[THE PROBLEM]:
Word for word, please restate the lines from the beginning of the data through the line in which "v5 (3.175,114.3,3.048)" appears.

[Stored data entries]
-=-=-=-=-

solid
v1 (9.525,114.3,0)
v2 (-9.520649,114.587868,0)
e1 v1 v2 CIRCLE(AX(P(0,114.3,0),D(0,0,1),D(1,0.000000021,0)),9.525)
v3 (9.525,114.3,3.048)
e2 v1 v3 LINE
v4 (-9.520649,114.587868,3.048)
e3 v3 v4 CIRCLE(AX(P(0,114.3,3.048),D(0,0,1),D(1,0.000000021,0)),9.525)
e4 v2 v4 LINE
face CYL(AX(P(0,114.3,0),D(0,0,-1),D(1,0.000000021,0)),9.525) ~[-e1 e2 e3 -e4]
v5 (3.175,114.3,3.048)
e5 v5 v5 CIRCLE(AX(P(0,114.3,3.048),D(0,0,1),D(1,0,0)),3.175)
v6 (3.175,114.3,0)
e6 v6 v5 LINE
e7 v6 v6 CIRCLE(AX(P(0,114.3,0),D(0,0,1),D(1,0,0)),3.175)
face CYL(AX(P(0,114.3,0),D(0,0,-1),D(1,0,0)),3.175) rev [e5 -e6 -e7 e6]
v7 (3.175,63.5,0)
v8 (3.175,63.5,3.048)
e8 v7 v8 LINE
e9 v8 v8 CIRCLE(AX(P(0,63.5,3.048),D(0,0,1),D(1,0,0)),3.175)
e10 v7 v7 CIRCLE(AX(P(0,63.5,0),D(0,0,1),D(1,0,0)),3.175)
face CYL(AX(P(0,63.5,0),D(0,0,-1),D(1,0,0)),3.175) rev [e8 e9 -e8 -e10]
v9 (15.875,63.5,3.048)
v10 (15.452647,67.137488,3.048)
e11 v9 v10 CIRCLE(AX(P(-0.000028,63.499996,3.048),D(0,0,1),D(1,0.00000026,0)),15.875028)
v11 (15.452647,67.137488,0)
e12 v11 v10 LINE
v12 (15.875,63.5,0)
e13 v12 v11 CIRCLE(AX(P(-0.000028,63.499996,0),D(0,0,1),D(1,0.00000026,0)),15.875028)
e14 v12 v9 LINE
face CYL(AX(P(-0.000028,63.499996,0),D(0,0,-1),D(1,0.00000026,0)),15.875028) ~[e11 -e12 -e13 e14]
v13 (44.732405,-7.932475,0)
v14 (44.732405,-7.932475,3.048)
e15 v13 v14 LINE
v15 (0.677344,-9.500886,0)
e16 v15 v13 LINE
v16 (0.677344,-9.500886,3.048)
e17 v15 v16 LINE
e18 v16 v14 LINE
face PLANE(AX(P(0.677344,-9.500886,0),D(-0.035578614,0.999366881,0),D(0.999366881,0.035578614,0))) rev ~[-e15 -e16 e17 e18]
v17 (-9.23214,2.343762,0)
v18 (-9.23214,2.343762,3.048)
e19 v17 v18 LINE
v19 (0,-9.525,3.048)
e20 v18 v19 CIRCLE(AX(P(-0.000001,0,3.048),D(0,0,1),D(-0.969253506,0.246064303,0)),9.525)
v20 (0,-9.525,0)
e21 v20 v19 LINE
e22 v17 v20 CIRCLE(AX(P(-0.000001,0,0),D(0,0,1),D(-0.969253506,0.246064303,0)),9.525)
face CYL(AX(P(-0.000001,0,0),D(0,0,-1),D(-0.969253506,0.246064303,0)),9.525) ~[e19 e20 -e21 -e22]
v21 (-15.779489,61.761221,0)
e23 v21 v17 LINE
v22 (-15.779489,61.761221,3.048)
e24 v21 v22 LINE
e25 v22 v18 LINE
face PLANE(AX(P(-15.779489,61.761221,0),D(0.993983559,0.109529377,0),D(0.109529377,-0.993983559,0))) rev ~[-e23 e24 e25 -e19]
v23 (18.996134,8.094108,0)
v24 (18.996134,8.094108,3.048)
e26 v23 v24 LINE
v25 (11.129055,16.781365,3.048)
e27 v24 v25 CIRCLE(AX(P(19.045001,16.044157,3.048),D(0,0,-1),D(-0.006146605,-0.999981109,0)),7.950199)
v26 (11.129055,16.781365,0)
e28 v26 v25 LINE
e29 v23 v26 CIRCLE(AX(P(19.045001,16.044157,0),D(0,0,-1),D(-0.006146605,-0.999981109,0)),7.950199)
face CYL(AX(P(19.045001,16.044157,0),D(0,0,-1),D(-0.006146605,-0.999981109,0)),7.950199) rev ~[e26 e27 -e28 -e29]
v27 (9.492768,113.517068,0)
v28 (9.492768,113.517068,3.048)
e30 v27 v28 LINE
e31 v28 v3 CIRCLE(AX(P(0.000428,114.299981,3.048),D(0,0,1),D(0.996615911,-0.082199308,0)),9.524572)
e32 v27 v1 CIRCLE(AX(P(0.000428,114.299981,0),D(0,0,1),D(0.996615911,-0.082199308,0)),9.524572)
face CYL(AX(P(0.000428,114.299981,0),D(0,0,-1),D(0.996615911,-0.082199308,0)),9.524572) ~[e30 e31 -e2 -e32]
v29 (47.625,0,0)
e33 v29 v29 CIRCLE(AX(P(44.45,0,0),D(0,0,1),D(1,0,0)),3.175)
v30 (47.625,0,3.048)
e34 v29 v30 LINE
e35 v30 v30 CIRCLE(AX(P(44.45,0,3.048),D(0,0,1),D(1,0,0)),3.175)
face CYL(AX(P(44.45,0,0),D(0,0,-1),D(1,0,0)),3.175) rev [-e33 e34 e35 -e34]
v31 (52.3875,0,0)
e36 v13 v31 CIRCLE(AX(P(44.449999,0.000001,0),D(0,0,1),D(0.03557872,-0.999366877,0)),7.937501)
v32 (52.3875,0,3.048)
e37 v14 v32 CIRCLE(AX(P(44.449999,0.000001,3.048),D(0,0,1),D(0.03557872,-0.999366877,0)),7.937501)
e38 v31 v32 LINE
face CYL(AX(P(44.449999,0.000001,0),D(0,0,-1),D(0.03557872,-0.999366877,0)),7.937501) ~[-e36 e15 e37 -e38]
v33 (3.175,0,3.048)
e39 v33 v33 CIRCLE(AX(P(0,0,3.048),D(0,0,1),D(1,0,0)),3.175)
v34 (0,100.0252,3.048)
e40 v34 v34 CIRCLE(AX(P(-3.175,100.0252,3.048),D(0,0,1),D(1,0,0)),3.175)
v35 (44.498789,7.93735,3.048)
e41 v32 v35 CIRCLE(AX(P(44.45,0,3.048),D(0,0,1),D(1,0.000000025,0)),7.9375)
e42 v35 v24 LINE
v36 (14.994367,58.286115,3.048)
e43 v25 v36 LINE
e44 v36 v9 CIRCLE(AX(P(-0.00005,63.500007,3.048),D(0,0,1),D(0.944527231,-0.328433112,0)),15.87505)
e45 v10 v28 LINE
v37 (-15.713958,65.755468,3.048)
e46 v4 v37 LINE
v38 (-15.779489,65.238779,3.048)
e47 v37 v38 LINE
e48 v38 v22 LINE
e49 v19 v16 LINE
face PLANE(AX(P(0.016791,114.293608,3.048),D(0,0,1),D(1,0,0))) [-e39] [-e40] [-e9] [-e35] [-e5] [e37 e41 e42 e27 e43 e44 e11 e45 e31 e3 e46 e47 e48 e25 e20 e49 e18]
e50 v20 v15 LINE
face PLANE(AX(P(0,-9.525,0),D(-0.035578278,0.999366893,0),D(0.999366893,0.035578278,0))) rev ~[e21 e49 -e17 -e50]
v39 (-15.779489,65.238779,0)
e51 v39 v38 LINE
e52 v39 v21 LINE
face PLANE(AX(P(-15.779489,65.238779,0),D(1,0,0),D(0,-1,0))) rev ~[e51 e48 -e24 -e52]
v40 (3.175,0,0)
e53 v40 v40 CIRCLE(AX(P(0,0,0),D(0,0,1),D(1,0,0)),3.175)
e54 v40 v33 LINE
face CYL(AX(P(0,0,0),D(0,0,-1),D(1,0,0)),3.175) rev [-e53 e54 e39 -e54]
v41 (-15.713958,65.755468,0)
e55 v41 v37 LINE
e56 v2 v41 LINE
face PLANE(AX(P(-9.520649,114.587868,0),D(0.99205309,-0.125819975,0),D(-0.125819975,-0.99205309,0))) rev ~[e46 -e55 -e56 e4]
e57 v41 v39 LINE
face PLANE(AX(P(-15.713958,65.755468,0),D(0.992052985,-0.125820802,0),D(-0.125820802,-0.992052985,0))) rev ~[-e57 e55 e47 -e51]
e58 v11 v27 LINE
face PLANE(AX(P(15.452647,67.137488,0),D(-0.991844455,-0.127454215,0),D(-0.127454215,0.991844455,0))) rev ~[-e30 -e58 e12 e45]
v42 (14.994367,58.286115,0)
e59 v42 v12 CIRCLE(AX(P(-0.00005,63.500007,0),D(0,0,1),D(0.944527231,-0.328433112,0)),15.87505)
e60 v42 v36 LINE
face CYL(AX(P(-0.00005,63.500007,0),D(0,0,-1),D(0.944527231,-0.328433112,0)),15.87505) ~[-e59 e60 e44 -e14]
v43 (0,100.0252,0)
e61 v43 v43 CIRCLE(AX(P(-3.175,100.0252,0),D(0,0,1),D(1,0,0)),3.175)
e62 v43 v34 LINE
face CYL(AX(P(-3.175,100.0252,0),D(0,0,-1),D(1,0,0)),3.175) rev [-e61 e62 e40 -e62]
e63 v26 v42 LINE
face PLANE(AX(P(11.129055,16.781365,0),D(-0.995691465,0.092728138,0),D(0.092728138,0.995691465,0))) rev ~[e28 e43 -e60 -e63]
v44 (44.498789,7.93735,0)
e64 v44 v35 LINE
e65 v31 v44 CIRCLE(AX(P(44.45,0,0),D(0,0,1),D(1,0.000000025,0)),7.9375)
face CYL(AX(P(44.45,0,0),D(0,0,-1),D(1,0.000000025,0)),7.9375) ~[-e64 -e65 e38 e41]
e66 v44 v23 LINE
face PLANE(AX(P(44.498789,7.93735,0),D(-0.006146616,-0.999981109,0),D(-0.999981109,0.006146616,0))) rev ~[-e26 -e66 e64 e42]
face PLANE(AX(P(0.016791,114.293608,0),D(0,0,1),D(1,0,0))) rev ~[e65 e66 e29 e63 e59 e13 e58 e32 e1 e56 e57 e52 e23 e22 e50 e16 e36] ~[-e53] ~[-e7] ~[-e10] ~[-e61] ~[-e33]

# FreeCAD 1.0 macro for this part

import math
import FreeCAD as App
import Part
import Sketcher
Q = App.Units.Quantity

doc = App.newDocument("Part")
params = doc.addObject("Spreadsheet::Sheet", "Params")
for row, (alias, value) in enumerate([
    ("sketch1_diameter", "0.25 in"),
    ("sketch1_radius", "0.375 in"),
    ("sketch1_radius2", "0.3125 in"),
    ("sketch1_radius3", "0.313 in"),
    ("pad1_length", "0.12 in"),
], start=1):
    params.set(f"A{row}", alias)
    params.set(f"B{row}", "=" + value)
    params.setAlias(f"B{row}", alias)

body = doc.addObject("PartDesign::Body", "Body")

sketch1 = body.newObject("Sketcher::SketchObject", "Sketch")
sketch1.AttachmentSupport = (doc.getObject("XY_Plane"), [""])
sketch1.MapMode = "FlatFace"
sketch1.addGeometry([
    Part.ArcOfCircle(Part.Circle(App.Vector(0, 114.3, 0), App.Vector(0, 0, 1), 9.5), math.radians(0), math.radians(178)),
    Part.LineSegment(App.Vector(-9.5, 114.6, 0), App.Vector(-15.7, 65.8, 0)),
    Part.LineSegment(App.Vector(-15.7, 65.8, 0), App.Vector(-15.8, 65.2, 0)),
    Part.LineSegment(App.Vector(-15.8, 65.2, 0), App.Vector(-15.8, 61.8, 0)),
    Part.LineSegment(App.Vector(-15.8, 61.8, 0), App.Vector(-9.2, 2.3, 0)),
    Part.ArcOfCircle(Part.Circle(App.Vector(0, 0, 0), App.Vector(0, 0, 1), 9.5), math.radians(166), math.radians(270)),
    Part.LineSegment(App.Vector(0, -9.5, 0), App.Vector(0.7, -9.5, 0)),
    Part.LineSegment(App.Vector(0.7, -9.5, 0), App.Vector(44.7, -7.9, 0)),
    Part.ArcOfCircle(Part.Circle(App.Vector(44.4, 0, 0), App.Vector(0, 0, 1), 7.9), math.radians(-88), math.radians(0)),
    Part.ArcOfCircle(Part.Circle(App.Vector(44.4, 0, 0), App.Vector(0, 0, 1), 7.9), math.radians(0), math.radians(90)),
    Part.LineSegment(App.Vector(44.5, 7.9, 0), App.Vector(19, 8.1, 0)),
    Part.ArcOfCircle(Part.Circle(App.Vector(19, 16, 0), App.Vector(0, 0, 1), 8), math.radians(175), math.radians(270)),
    Part.LineSegment(App.Vector(11.1, 16.8, 0), App.Vector(15, 58.3, 0)),
    Part.ArcOfCircle(Part.Circle(App.Vector(0, 63.5, 0), App.Vector(0, 0, 1), 15.9), math.radians(-19.17), math.radians(0)),
    Part.ArcOfCircle(Part.Circle(App.Vector(0, 63.5, 0), App.Vector(0, 0, 1), 15.9), math.radians(0), math.radians(13.25)),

-=-=-=-=-

[EXPECTED ANSWER]:
solid
v1 (9.525,114.3,0)
v2 (-9.520649,114.587868,0)
e1 v1 v2 CIRCLE(AX(P(0,114.3,0),D(0,0,1),D(1,0.000000021,0)),9.525)
v3 (9.525,114.3,3.048)
e2 v1 v3 LINE
v4 (-9.520649,114.587868,3.048)
e3 v3 v4 CIRCLE(AX(P(0,114.3,3.048),D(0,0,1),D(1,0.000000021,0)),9.525)
e4 v2 v4 LINE
face CYL(AX(P(0,114.3,0),D(0,0,-1),D(1,0.000000021,0)),9.525) ~[-e1 e2 e3 -e4]
v5 (3.175,114.3,3.048)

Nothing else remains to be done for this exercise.